WHAT THE TASK REQUIRES >>
Somewhere below are a line with "#136=LINE('',#53,#135);" and a later line with "#145=ORIENTED_EDGE('',*,*,#144,.T.);". Output exactly those lines and all lines between them.

DATA SECTION >>
════

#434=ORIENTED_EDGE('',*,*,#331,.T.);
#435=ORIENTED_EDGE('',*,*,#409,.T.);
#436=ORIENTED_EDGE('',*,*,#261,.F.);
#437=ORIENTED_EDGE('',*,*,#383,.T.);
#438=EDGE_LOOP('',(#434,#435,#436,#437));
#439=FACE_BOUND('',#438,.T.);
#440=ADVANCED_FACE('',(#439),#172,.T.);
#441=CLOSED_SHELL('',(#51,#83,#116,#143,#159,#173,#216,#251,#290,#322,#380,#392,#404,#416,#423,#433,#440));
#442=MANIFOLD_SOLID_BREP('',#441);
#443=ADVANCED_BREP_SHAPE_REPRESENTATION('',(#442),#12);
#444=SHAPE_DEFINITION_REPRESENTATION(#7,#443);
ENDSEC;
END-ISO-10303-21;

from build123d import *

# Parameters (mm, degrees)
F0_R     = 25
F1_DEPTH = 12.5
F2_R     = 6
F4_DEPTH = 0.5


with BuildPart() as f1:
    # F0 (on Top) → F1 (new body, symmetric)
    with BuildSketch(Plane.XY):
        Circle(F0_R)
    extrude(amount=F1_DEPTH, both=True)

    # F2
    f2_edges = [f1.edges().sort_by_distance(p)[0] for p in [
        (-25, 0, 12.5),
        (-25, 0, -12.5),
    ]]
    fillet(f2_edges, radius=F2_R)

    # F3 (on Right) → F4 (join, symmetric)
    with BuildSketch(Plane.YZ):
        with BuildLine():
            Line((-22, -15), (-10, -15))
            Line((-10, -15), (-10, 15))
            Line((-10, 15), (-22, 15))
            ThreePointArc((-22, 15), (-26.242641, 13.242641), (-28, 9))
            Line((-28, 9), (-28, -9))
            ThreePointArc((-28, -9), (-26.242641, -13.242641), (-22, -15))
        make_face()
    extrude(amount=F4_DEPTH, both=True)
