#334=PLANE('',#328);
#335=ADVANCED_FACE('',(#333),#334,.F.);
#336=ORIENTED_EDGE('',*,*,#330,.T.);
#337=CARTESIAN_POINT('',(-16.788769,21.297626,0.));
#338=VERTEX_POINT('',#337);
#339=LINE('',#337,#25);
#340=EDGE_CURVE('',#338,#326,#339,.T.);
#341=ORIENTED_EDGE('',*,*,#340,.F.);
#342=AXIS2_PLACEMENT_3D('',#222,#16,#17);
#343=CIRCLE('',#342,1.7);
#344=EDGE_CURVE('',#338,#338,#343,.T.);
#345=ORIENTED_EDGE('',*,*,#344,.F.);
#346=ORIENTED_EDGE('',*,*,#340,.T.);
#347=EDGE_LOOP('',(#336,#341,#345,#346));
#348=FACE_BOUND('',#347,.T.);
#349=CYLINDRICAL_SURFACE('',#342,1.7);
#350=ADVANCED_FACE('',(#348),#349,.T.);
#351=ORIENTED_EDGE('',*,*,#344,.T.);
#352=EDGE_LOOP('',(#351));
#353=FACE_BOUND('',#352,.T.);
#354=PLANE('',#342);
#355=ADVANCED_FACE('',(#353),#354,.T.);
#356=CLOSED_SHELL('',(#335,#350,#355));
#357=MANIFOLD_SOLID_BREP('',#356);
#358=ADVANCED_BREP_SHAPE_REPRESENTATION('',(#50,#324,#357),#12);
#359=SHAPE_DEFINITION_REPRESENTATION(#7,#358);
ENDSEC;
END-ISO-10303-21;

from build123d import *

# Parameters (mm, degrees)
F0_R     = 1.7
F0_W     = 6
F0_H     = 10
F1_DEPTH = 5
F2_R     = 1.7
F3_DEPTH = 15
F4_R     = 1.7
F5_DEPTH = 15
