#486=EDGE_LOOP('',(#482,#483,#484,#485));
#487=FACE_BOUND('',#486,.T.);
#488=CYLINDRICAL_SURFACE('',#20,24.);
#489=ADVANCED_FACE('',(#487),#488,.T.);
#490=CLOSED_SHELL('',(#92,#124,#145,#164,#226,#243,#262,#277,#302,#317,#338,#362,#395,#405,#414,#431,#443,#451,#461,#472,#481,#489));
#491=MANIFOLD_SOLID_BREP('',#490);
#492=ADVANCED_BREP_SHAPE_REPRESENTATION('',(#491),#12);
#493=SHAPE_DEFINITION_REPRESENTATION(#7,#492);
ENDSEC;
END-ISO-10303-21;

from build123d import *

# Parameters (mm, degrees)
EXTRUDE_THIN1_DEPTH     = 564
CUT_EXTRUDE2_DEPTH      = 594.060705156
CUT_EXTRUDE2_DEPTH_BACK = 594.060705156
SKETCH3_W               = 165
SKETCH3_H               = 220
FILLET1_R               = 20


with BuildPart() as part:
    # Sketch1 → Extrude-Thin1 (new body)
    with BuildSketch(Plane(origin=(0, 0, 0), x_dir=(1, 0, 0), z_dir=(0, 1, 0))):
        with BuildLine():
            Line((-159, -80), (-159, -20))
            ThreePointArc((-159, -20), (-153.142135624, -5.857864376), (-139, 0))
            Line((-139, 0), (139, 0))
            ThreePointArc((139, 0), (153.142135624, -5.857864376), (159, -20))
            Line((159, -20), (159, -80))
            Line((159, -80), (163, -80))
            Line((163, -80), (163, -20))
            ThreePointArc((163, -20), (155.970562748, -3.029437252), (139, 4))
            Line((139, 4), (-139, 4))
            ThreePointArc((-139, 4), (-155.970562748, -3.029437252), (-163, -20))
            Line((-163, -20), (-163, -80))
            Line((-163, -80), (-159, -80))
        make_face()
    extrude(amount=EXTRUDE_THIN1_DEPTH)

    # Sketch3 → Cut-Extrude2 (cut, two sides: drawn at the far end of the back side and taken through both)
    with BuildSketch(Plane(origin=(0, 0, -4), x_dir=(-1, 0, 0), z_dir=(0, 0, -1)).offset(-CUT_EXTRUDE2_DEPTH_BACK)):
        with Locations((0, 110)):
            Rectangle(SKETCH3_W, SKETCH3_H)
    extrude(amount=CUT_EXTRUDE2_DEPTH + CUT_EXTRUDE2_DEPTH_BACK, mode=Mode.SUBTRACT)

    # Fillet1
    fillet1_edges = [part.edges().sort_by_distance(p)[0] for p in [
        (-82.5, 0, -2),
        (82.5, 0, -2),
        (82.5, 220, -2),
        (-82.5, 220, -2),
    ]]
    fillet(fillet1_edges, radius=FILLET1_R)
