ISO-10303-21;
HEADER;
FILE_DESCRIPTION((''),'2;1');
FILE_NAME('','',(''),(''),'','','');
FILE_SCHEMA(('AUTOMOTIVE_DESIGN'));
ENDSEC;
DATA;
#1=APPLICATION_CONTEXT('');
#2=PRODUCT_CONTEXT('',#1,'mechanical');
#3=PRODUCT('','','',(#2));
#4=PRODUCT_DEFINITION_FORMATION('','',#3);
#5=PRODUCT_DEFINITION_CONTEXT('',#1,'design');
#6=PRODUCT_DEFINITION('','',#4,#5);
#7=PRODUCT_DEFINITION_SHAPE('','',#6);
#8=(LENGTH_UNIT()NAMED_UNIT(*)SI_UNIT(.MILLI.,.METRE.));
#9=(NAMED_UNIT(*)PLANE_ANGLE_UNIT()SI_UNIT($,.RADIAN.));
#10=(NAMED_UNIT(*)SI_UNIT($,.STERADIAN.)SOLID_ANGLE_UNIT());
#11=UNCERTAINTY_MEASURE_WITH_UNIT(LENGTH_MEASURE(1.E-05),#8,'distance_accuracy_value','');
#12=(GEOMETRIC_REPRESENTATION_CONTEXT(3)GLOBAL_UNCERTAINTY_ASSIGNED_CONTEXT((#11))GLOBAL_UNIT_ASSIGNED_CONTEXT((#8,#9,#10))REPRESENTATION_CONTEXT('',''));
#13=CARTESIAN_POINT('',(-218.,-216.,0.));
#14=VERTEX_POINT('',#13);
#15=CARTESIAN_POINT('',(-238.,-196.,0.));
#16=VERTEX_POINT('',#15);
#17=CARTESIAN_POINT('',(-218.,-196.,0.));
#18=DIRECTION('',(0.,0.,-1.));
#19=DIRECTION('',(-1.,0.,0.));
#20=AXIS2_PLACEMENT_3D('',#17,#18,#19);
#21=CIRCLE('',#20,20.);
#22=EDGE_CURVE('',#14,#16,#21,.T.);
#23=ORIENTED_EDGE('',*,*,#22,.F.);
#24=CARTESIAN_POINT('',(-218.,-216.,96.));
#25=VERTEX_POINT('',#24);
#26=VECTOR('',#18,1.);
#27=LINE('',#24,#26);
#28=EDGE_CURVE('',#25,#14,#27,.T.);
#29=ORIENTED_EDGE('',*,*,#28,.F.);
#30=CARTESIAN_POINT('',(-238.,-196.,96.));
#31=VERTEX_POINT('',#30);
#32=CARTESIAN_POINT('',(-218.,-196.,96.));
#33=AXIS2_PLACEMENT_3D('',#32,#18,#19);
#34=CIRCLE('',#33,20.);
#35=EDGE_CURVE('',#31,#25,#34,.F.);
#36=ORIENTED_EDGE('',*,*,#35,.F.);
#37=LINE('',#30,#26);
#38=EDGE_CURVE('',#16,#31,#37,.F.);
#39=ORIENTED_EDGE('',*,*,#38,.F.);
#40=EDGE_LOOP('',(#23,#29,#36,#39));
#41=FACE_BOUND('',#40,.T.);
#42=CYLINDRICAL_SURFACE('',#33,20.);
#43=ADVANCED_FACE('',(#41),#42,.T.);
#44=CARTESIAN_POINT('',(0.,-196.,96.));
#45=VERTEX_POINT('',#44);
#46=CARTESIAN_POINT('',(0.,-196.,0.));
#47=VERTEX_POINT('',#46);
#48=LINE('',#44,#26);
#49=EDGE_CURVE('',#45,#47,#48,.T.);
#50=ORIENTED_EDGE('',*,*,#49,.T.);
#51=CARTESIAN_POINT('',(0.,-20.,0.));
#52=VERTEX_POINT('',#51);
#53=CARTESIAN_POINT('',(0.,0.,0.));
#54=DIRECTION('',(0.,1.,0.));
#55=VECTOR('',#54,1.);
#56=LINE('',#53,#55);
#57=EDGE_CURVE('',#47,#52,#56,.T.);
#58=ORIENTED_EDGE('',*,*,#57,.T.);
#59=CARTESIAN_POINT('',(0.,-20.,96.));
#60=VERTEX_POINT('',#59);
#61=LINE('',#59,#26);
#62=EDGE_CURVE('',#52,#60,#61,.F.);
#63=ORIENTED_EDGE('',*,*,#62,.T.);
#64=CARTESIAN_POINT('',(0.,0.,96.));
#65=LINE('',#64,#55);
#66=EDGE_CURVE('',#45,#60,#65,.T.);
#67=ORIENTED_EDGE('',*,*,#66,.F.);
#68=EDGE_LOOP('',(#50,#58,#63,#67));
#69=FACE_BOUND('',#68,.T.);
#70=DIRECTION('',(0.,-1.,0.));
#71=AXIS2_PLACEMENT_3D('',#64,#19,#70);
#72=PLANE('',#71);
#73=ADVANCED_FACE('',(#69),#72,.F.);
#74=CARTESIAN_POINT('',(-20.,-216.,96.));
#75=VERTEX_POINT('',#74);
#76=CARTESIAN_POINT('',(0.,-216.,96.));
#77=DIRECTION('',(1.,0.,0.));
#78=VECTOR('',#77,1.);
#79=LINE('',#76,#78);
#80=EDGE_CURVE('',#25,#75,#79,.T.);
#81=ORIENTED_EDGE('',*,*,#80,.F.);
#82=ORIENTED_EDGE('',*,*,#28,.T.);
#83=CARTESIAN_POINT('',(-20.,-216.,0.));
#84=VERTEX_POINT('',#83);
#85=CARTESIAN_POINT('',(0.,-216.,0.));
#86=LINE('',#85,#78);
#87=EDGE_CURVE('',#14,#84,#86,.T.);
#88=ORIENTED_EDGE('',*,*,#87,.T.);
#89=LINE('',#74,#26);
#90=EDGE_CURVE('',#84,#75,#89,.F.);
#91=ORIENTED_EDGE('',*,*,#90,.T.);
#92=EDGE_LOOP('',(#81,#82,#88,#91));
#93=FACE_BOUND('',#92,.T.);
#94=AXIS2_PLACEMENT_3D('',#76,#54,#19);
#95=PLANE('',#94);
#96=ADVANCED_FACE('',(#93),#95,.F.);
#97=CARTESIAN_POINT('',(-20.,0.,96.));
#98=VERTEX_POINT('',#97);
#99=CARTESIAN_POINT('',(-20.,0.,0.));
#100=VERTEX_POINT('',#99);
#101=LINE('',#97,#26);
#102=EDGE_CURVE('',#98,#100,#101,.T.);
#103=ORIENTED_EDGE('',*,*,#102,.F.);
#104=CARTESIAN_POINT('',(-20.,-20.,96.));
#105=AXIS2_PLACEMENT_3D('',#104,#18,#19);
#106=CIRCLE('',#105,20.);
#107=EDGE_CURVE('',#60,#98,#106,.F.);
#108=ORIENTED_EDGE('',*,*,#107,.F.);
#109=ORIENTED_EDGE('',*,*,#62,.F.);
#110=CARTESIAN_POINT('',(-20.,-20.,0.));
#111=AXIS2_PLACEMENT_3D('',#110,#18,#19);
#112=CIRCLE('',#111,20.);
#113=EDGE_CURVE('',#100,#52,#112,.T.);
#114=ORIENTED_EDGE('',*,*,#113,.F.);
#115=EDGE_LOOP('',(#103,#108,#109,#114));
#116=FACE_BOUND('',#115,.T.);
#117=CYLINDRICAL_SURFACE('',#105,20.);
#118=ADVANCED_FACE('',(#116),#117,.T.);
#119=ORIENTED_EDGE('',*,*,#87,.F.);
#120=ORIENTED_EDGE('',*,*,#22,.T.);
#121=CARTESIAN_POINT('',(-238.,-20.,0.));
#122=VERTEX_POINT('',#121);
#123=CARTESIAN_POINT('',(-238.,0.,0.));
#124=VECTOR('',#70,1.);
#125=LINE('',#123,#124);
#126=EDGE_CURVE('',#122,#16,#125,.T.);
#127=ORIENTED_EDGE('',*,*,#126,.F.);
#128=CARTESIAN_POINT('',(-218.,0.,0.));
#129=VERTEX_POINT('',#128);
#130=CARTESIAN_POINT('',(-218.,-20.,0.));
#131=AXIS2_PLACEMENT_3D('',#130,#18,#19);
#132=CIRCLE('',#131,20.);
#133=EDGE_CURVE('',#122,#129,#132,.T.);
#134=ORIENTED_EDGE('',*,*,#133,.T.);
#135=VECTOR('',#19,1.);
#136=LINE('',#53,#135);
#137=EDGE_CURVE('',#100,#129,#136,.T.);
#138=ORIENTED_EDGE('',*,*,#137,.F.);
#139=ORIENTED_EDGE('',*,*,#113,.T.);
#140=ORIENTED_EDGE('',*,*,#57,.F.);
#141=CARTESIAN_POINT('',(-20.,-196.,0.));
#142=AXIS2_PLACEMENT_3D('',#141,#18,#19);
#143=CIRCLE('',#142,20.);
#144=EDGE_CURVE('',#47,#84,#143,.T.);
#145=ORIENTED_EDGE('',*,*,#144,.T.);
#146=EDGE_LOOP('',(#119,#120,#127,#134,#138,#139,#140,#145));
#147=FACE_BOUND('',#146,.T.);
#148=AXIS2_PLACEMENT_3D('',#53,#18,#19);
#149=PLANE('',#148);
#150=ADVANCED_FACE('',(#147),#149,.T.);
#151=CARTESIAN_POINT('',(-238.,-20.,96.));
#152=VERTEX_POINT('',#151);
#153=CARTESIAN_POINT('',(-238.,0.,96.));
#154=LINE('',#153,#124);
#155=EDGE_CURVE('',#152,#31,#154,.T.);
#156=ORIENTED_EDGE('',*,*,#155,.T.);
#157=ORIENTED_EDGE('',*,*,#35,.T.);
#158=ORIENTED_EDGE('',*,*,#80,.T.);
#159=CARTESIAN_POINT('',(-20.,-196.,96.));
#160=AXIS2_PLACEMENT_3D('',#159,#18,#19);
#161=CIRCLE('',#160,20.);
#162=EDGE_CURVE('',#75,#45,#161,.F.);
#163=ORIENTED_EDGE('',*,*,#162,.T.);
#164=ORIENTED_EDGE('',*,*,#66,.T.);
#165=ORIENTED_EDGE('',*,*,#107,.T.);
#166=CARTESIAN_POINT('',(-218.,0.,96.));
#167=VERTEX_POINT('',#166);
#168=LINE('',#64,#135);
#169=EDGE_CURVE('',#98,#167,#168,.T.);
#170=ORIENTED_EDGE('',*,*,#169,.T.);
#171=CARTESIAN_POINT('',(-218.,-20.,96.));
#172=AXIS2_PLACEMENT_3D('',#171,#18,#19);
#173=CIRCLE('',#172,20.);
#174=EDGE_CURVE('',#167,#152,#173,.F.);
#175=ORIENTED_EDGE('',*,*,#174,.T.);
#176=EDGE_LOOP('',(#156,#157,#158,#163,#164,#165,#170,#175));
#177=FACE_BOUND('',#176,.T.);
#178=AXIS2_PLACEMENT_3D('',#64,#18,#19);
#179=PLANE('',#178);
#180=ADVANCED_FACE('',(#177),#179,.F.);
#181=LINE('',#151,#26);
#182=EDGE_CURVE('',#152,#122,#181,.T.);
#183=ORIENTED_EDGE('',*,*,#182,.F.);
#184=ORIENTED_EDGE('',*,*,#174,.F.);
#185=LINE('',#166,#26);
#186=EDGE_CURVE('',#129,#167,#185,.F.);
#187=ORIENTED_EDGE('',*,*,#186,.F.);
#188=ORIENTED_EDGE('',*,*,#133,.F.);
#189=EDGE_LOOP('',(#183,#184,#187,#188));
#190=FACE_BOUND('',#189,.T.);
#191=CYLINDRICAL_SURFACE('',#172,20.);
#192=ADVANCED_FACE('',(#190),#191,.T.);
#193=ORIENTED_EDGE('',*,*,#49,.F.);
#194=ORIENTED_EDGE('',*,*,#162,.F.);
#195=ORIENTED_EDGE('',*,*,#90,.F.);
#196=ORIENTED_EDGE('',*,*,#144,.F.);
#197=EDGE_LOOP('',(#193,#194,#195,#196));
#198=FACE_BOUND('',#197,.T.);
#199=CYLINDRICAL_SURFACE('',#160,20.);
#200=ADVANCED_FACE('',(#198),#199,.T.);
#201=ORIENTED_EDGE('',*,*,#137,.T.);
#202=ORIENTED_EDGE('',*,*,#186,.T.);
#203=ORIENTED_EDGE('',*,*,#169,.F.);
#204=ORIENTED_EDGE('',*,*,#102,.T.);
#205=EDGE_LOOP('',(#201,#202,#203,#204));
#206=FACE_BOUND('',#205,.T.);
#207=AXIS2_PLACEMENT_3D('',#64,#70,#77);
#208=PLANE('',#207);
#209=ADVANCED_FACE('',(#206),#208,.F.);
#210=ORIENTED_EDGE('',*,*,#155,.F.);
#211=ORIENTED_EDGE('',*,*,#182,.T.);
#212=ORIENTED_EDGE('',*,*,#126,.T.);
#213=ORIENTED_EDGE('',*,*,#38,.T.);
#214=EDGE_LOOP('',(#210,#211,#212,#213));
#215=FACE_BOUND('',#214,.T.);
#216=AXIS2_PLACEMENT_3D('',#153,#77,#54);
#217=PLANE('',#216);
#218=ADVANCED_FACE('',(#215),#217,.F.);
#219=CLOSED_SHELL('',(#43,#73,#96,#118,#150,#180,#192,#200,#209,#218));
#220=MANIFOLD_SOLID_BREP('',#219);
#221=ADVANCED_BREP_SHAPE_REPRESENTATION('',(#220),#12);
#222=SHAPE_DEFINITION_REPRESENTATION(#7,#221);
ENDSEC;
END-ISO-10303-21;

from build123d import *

# Parameters (mm, degrees)
SKETCH_1_W      = 238
SKETCH_1_H      = 216
EXTRUDE_1_DEPTH = 96
FILLET_1_R      = 20


with BuildPart() as part:
    # 草图1 → 凸台-拉伸1 (new body)
    with BuildSketch(Plane.XY):
        with Locations((-119, -108)):
            Rectangle(SKETCH_1_W, SKETCH_1_H)
    extrude(amount=EXTRUDE_1_DEPTH)

    # 圆角1
    fillet_1_edges = [part.edges().sort_by_distance(p)[0] for p in [
        (0, -216, 48),
        (-238, -216, 48),
        (-238, 0, 48),
        (0, 0, 48),
    ]]
    fillet(fillet_1_edges, radius=FILLET_1_R)


solid = part.part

════

TASK ANSWER >>
#136=LINE('',#53,#135);
#137=EDGE_CURVE('',#100,#129,#136,.T.);
#138=ORIENTED_EDGE('',*,*,#137,.F.);
#139=ORIENTED_EDGE('',*,*,#113,.T.);
#140=ORIENTED_EDGE('',*,*,#57,.F.);
#141=CARTESIAN_POINT('',(-20.,-196.,0.));
#142=AXIS2_PLACEMENT_3D('',#141,#18,#19);
#143=CIRCLE('',#142,20.);
#144=EDGE_CURVE('',#47,#84,#143,.T.);
#145=ORIENTED_EDGE('',*,*,#144,.T.);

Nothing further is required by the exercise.